Feature Store (Real-Time & Static):
Real-Time Feature Store (AWS ElastiCache backed by Clustered Redis):
Requirements: Store features produced by Flink, easily scalable for high write and read throughput, eventual consistency is acceptable (data can reflect after 5-10 seconds).
Technology Choice (ElastiCache/Redis):
Supports adding shards for write scaling and read replicas for read scaling.
Managed service providing automatic failovers (high availability).
Very low read/write latency.
Supports TTL for features (many real-time features are short-lived, e.g., 2-5 mins).
Scale Example (KPT): ~10 features/output * 100k+ restaurants every minute = ~1 million writes/minute. Reads can be up to 100k RPM from users building carts.

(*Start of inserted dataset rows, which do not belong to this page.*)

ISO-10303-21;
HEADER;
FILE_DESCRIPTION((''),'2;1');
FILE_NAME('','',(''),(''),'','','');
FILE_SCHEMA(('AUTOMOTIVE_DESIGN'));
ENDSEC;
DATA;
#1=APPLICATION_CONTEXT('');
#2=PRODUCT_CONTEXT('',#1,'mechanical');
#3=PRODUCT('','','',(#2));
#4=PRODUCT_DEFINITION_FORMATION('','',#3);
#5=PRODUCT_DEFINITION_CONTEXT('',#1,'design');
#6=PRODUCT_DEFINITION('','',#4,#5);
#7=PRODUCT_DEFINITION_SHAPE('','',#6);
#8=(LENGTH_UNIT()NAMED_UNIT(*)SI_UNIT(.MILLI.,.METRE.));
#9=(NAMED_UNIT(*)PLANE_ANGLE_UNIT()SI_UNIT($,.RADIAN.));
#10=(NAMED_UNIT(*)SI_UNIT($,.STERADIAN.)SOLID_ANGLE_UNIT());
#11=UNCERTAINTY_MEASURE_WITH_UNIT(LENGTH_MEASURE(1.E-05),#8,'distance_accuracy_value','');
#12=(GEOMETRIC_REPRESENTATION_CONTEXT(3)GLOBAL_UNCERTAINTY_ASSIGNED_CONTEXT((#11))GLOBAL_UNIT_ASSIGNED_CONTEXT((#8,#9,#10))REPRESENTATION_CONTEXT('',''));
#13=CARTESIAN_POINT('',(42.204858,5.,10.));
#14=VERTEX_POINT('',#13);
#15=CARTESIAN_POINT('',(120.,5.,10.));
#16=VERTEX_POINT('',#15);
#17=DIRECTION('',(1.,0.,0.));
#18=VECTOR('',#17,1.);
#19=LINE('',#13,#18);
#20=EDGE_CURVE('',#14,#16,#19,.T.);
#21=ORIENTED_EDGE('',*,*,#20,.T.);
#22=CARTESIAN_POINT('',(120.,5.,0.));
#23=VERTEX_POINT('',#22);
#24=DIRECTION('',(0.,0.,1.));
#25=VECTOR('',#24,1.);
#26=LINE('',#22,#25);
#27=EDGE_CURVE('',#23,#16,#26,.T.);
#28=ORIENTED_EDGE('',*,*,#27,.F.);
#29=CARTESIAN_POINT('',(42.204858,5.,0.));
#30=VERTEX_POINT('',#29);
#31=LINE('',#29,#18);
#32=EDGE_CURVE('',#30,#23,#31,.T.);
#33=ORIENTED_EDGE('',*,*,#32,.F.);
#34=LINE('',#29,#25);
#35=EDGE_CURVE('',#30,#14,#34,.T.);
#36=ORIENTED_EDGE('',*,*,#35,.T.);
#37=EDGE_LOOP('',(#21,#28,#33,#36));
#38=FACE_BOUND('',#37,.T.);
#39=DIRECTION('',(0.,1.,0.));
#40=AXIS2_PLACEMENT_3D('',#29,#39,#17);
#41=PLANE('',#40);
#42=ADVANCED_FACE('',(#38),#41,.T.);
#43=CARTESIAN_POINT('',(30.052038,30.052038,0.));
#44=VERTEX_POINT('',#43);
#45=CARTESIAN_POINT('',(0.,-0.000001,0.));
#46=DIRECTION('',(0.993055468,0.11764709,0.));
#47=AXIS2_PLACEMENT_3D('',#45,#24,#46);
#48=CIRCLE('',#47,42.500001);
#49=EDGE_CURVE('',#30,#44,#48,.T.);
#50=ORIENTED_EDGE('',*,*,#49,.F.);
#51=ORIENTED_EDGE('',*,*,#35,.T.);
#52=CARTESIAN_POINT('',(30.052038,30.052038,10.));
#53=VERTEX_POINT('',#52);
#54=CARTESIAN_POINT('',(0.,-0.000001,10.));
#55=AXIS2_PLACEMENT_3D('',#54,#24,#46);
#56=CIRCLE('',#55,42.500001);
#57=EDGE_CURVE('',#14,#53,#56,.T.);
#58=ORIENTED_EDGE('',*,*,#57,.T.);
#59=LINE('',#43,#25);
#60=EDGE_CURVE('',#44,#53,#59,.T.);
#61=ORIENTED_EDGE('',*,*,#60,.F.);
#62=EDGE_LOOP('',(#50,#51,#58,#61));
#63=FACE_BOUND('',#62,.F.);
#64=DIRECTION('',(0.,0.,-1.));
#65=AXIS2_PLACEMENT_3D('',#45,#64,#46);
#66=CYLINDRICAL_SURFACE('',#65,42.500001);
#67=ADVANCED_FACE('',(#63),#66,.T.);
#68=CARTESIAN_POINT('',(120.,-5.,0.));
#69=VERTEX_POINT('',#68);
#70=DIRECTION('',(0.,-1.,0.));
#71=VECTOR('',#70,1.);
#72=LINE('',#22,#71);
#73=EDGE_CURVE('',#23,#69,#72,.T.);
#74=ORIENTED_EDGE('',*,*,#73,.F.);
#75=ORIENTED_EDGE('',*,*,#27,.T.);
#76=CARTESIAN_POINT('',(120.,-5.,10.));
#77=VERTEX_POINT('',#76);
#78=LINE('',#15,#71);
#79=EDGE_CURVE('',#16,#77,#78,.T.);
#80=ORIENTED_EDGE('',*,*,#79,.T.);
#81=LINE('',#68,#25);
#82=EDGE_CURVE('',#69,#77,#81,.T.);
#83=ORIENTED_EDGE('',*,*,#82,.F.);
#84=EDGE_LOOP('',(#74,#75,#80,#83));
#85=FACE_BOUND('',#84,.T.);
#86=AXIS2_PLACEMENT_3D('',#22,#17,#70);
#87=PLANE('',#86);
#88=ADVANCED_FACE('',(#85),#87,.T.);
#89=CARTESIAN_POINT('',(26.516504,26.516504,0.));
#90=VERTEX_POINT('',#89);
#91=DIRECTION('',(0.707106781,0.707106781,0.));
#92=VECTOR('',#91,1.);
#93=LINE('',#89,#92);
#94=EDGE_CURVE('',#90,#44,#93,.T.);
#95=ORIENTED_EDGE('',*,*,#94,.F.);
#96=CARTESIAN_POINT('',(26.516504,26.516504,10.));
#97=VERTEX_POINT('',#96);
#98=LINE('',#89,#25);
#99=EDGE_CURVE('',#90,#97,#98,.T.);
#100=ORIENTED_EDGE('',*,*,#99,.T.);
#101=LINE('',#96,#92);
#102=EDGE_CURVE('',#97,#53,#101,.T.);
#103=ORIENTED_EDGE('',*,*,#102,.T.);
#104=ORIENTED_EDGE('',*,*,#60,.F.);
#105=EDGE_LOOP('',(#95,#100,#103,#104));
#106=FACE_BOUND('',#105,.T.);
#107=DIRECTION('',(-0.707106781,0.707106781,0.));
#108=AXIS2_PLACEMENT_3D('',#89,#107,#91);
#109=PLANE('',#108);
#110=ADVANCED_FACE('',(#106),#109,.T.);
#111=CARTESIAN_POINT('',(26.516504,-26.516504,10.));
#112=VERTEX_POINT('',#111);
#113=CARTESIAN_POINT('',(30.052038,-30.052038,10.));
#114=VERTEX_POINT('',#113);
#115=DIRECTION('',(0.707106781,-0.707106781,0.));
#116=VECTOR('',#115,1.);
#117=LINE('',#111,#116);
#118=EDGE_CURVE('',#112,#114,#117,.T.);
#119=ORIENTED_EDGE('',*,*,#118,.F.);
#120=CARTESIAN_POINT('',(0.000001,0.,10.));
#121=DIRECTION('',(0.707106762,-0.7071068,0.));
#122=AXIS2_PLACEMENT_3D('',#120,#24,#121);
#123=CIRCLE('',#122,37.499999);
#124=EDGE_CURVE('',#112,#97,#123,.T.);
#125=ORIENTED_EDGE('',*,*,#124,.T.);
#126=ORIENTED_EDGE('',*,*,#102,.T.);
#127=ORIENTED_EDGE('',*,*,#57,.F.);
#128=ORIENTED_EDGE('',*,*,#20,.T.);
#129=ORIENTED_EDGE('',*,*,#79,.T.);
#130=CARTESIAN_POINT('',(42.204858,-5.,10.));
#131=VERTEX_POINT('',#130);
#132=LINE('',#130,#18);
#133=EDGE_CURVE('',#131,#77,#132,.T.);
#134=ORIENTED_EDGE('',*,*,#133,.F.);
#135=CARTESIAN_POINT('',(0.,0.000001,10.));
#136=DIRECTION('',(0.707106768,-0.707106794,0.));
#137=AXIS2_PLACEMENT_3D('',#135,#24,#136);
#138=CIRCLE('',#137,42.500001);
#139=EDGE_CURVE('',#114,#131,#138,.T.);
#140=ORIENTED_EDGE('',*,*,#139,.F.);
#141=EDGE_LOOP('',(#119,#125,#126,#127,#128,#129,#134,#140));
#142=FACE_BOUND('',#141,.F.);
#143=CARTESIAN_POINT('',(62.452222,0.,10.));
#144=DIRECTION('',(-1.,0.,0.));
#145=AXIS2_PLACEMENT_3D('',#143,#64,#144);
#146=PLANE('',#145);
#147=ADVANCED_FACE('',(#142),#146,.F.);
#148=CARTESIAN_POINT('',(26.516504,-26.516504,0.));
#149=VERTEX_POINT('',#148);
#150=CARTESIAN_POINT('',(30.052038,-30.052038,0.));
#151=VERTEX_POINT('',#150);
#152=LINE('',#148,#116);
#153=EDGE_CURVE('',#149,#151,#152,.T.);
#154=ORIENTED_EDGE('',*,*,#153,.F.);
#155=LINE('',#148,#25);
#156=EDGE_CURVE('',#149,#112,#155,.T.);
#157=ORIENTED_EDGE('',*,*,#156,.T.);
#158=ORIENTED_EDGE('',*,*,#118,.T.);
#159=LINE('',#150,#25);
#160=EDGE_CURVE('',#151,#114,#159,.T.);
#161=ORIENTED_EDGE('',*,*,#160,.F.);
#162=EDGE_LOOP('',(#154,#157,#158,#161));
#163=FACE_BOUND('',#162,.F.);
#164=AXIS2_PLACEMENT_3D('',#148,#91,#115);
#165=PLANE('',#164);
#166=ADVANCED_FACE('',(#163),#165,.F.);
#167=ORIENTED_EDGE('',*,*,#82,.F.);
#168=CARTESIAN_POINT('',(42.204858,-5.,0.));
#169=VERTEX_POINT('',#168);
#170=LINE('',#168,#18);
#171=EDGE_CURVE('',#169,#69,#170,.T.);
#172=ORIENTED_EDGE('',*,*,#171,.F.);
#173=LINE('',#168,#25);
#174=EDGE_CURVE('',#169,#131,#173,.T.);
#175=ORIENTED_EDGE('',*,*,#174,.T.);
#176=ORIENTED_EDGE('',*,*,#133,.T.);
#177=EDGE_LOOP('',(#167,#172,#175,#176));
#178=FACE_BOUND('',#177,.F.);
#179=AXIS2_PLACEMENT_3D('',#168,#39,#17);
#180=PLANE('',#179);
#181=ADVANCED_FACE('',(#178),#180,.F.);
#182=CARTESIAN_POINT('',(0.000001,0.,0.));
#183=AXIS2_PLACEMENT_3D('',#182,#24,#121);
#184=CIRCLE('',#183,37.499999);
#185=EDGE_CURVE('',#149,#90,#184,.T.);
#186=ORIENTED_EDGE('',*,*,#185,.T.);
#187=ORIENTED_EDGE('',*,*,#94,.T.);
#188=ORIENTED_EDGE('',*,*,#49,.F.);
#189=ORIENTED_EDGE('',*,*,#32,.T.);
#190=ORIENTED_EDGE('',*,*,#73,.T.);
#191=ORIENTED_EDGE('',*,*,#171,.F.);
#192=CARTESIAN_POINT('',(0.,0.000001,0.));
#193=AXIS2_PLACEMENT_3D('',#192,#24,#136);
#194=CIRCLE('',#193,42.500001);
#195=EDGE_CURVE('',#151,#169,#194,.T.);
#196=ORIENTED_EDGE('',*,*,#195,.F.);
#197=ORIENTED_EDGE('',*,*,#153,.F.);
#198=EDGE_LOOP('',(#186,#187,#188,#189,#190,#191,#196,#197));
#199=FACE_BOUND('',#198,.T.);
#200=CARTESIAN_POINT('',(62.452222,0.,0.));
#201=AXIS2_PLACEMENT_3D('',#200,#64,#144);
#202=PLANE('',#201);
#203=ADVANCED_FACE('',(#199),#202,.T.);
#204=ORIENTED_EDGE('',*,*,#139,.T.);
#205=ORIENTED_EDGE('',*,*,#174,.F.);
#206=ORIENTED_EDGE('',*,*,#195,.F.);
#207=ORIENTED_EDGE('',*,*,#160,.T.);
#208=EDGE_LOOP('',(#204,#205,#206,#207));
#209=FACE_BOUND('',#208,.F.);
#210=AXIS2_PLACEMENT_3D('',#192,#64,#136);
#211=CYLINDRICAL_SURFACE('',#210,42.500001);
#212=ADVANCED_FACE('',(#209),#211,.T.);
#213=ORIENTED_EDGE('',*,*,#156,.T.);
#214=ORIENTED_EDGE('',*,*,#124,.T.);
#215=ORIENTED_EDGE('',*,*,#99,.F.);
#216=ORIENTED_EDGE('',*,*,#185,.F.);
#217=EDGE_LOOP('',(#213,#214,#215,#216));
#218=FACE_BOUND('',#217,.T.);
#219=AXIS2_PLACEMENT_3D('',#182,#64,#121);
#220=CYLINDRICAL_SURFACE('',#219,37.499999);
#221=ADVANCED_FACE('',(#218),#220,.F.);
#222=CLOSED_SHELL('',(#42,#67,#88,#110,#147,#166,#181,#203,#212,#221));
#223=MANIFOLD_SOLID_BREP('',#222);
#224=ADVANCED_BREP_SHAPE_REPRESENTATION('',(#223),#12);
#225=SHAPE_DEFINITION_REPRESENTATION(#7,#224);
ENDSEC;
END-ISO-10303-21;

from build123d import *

# Parameters (mm, degrees)
PAD_DEPTH = 10


with BuildPart() as part:
    # Sketch001 → Pad (new body)
    with BuildSketch(Plane.XY):
        with BuildLine():
            ThreePointArc((26.516504, -26.516504), (37.5, 0), (26.516504, 26.516504))
            Line((26.516504, 26.516504), (30.052038, 30.052038))
            ThreePointArc((42.204858, 5), (38.238278, 18.549504), (30.052038, 30.052038))
            Line((42.204858, 5), (120, 5))
            Line((120, 5), (120, -5))
            Line((42.204858, -5), (120, -5))
            ThreePointArc((30.052038, -30.052038), (38.238278, -18.549504), (42.204858, -5))
            Line((26.516504, -26.516504), (30.052038, -30.052038))
        make_face()
    extrude(amount=PAD_DEPTH)


solid = part.part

Static Feature Store (Cassandra):
Requirements: Store static features (e.g., historical KPT for a restaurant/time slot), key-value access, eventual consistency, high read throughput.

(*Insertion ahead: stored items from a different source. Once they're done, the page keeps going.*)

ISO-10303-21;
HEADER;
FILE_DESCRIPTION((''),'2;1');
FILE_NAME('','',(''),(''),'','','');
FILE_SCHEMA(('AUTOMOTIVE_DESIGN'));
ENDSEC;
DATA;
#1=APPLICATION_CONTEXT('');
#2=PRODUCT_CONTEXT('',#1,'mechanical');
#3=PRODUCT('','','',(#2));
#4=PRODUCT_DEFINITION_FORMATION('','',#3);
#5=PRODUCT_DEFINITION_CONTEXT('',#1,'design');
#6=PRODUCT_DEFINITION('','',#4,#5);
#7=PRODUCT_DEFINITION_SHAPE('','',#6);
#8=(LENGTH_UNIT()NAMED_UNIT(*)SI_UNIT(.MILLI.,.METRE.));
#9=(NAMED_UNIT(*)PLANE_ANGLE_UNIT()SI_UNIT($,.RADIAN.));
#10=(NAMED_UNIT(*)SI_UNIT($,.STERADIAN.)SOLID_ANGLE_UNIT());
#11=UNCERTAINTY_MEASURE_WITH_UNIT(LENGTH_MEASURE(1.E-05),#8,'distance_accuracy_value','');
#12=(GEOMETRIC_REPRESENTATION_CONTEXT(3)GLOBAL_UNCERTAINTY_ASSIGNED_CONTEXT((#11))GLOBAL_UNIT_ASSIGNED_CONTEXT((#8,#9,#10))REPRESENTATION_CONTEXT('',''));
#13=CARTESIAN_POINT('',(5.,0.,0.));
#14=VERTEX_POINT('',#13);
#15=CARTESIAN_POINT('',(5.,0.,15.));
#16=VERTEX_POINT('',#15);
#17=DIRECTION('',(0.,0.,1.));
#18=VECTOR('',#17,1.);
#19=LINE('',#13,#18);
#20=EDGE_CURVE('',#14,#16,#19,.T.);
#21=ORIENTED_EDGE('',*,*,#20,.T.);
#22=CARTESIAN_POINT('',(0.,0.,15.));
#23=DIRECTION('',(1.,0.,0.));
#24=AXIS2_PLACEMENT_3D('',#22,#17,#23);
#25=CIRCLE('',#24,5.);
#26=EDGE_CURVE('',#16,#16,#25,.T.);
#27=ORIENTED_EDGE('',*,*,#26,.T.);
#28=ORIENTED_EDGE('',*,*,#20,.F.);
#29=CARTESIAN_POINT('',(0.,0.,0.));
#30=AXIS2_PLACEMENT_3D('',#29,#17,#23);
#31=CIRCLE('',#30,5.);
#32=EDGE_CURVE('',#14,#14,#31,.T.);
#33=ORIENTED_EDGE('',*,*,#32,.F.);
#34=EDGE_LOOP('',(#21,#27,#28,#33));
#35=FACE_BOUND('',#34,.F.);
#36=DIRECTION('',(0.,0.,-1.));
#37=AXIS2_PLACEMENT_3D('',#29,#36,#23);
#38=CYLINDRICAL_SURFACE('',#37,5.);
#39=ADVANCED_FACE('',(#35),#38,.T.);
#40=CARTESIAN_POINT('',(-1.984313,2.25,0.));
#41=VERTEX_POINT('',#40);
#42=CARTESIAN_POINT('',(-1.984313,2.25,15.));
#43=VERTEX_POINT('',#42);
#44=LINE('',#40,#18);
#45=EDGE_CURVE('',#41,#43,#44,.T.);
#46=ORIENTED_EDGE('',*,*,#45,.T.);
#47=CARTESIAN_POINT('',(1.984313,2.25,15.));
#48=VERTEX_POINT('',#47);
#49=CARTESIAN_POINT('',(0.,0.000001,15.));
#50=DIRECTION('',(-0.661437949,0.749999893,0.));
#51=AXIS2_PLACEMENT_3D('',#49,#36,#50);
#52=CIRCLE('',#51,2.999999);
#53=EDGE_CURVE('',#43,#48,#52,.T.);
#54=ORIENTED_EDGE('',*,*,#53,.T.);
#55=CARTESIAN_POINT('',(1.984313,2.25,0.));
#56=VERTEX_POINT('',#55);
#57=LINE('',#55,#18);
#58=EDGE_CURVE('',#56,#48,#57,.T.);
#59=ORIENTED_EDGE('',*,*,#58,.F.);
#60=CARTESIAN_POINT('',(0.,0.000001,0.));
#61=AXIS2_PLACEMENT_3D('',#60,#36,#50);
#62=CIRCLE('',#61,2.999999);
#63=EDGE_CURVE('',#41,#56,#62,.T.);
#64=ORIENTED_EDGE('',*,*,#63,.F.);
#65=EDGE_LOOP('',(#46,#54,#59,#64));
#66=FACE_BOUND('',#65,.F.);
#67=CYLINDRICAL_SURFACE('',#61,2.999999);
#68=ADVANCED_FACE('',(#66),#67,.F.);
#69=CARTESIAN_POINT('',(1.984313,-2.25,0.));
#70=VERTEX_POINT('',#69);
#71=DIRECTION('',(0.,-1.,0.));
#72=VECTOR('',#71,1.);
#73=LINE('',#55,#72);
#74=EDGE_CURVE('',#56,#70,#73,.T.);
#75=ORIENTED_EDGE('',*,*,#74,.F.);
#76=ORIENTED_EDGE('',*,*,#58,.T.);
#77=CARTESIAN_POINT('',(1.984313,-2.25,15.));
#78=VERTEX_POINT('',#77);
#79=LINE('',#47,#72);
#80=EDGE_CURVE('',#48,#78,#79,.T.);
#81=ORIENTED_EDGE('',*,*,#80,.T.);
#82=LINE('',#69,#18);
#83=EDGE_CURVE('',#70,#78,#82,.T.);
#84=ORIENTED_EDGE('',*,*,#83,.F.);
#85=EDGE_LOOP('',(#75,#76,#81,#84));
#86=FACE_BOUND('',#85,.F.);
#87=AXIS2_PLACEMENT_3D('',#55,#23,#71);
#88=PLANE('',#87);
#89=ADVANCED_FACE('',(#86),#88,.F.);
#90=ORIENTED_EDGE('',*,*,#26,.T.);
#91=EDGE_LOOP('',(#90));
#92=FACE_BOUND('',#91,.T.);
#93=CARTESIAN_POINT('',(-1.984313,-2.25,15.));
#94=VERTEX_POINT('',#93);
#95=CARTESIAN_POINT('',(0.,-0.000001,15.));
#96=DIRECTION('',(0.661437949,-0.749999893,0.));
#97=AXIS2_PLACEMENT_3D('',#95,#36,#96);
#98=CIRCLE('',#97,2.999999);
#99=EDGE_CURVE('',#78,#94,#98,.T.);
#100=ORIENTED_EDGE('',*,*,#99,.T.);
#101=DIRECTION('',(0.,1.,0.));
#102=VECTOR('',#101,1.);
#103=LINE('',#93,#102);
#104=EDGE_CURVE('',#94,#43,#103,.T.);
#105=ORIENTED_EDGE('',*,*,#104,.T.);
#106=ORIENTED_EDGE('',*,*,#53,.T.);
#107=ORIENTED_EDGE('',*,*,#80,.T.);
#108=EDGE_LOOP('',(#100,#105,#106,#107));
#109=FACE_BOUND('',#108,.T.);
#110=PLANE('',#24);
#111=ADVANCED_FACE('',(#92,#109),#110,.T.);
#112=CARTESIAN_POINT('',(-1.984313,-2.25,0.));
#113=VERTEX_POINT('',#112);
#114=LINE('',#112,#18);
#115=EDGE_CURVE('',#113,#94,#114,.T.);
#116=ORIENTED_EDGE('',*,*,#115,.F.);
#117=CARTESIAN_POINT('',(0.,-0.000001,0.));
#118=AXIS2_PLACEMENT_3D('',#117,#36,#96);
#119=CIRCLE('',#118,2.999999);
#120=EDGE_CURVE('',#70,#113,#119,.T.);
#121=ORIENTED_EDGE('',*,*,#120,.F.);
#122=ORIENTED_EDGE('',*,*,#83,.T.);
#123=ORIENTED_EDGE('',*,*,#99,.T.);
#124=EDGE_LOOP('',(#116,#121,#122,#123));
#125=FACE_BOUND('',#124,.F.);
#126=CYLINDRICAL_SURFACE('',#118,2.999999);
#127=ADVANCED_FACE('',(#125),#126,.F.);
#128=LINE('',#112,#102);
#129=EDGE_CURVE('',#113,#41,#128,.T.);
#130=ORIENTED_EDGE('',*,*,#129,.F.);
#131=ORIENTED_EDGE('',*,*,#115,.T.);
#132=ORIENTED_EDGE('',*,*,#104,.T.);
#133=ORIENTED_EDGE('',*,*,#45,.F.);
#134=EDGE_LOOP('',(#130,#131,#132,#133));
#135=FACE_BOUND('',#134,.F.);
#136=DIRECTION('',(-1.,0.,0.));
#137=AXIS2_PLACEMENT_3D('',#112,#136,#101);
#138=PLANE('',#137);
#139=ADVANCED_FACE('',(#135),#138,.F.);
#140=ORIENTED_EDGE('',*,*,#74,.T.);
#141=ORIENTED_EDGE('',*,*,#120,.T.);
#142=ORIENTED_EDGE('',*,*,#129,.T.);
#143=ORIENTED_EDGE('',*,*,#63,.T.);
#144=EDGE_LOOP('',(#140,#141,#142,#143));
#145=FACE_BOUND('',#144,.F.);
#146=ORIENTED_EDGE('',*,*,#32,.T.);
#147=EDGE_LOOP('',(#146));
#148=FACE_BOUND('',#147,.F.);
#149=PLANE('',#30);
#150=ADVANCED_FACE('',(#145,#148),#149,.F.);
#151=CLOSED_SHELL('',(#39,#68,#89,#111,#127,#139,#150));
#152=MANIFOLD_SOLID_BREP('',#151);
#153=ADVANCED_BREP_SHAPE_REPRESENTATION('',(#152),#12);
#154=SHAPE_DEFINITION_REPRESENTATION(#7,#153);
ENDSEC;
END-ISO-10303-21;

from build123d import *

# Parameters (mm, degrees)
F0_R     = 5
F1_DEPTH = 15


with BuildPart() as f1:
    # F0 (on Top) → F1 (new body)
    with BuildSketch(Plane.XY):
        Circle(F0_R)
        with BuildLine():
            ThreePointArc((1.984313, 2.25), (2.734313, 1.234313), (3, 0))
            ThreePointArc((3, 0), (2.734313, -1.234313), (1.984313, -2.25))
            ThreePointArc((1.984313, -2.25), (0, -3), (-1.984313, -2.25))
            ThreePointArc((-1.984313, -2.25), (-3, 0), (-1.984313, 2.25))
            ThreePointArc((-1.984313, 2.25), (0, 3), (1.984313, 2.25))
        make_face(mode=Mode.SUBTRACT)
        with BuildLine():
            Line((-1.984313, -2.25), (-1.984313, 2.25))
            ThreePointArc((-1.984313, 2.25), (-3, 0), (-1.984313, -2.25))
        make_face()
        with BuildLine():
            ThreePointArc((1.984313, -2.25), (2.734313, -1.234313), (3, 0))
            ThreePointArc((3, 0), (2.734313, 1.234313), (1.984313, 2.25))
            Line((1.984313, 2.25), (1.984313, -2.25))
        make_face()
    extrude(amount=F1_DEPTH)


solid = f1.part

Technology Evaluation: Redis, Cassandra, DynamoDB.
Technology Choice (Cassandra): Chosen for cost-effectiveness and the team’s prior experience using it (over Redis which is in-memory and more expensive for this type of static data).
Model Inference Platform (AWS SageMaker):
Purpose: Deploy models for real-time inference.
Technology Evaluation: Elastic Beanstalk, ECS, AWS SageMaker.
Technology Choice (SageMaker):
Very easy to set up (model up and running in a day).
Provides direct integration with MLFlow (can deploy models from MLFlow to SageMaker with a single command).
Handles inbuilt auto-scaling, logging, and monitoring.
Monitoring: Grafana dashboards show invocations and model latency for deployed SageMaker endpoints.
ML Gateway (In-house Go service - “Feature Enricher”):
Purpose: A system to stitch everything together for real-time inference. Acts as a central point for applications to call for predictions.
Functionality:
Receives predict API call from an application.
Fetches necessary features from the Feature Store (both real-time Redis and static Cassandra).
Enriches the request with these features.
Sends the enriched request to AWS SageMaker for inference.
Gets the inference result and sends it back to the application.
Implementation: KPT Plan (YAML configuration) defines the workflow for the ML Gateway (fetch features, get KPT prediction from SageMaker, publish).
Final Architecture Diagram:
Data Scientist Workflow: Creates models and logs them in MLFlow.
Deployment: Engineers deploy models from MLFlow to AWS SageMaker.
Real-Time Path:
Application calls ML Gateway.
ML Gateway enriches API call with features from Feature Store.
ML Gateway calls SageMaker using enriched features.
SageMaker returns inference to ML Gateway, then to Application.
Feature Generation Path:
Backend generates events to Flink via Kafka.
Flink performs real-time feature computation.
Flink publishes real-time features to the Feature Store (Redis) via Kafka.
Data scientists publish static features to the Feature Store (Cassandra) via Kafka (or other batch processes).
Future Work
Ability to shadow models: Test new models (e.g., KPT V2) on real traffic via ML Gateway before taking them live, without impacting users.
Archiving real-time features to S3: Store features from Redis/Feature Store to S3 for model retraining.
Ability to retrain models automatically: Schedule model retraining at a fixed frequency.
Tracking model performance online: Continuously monitor model performance in production.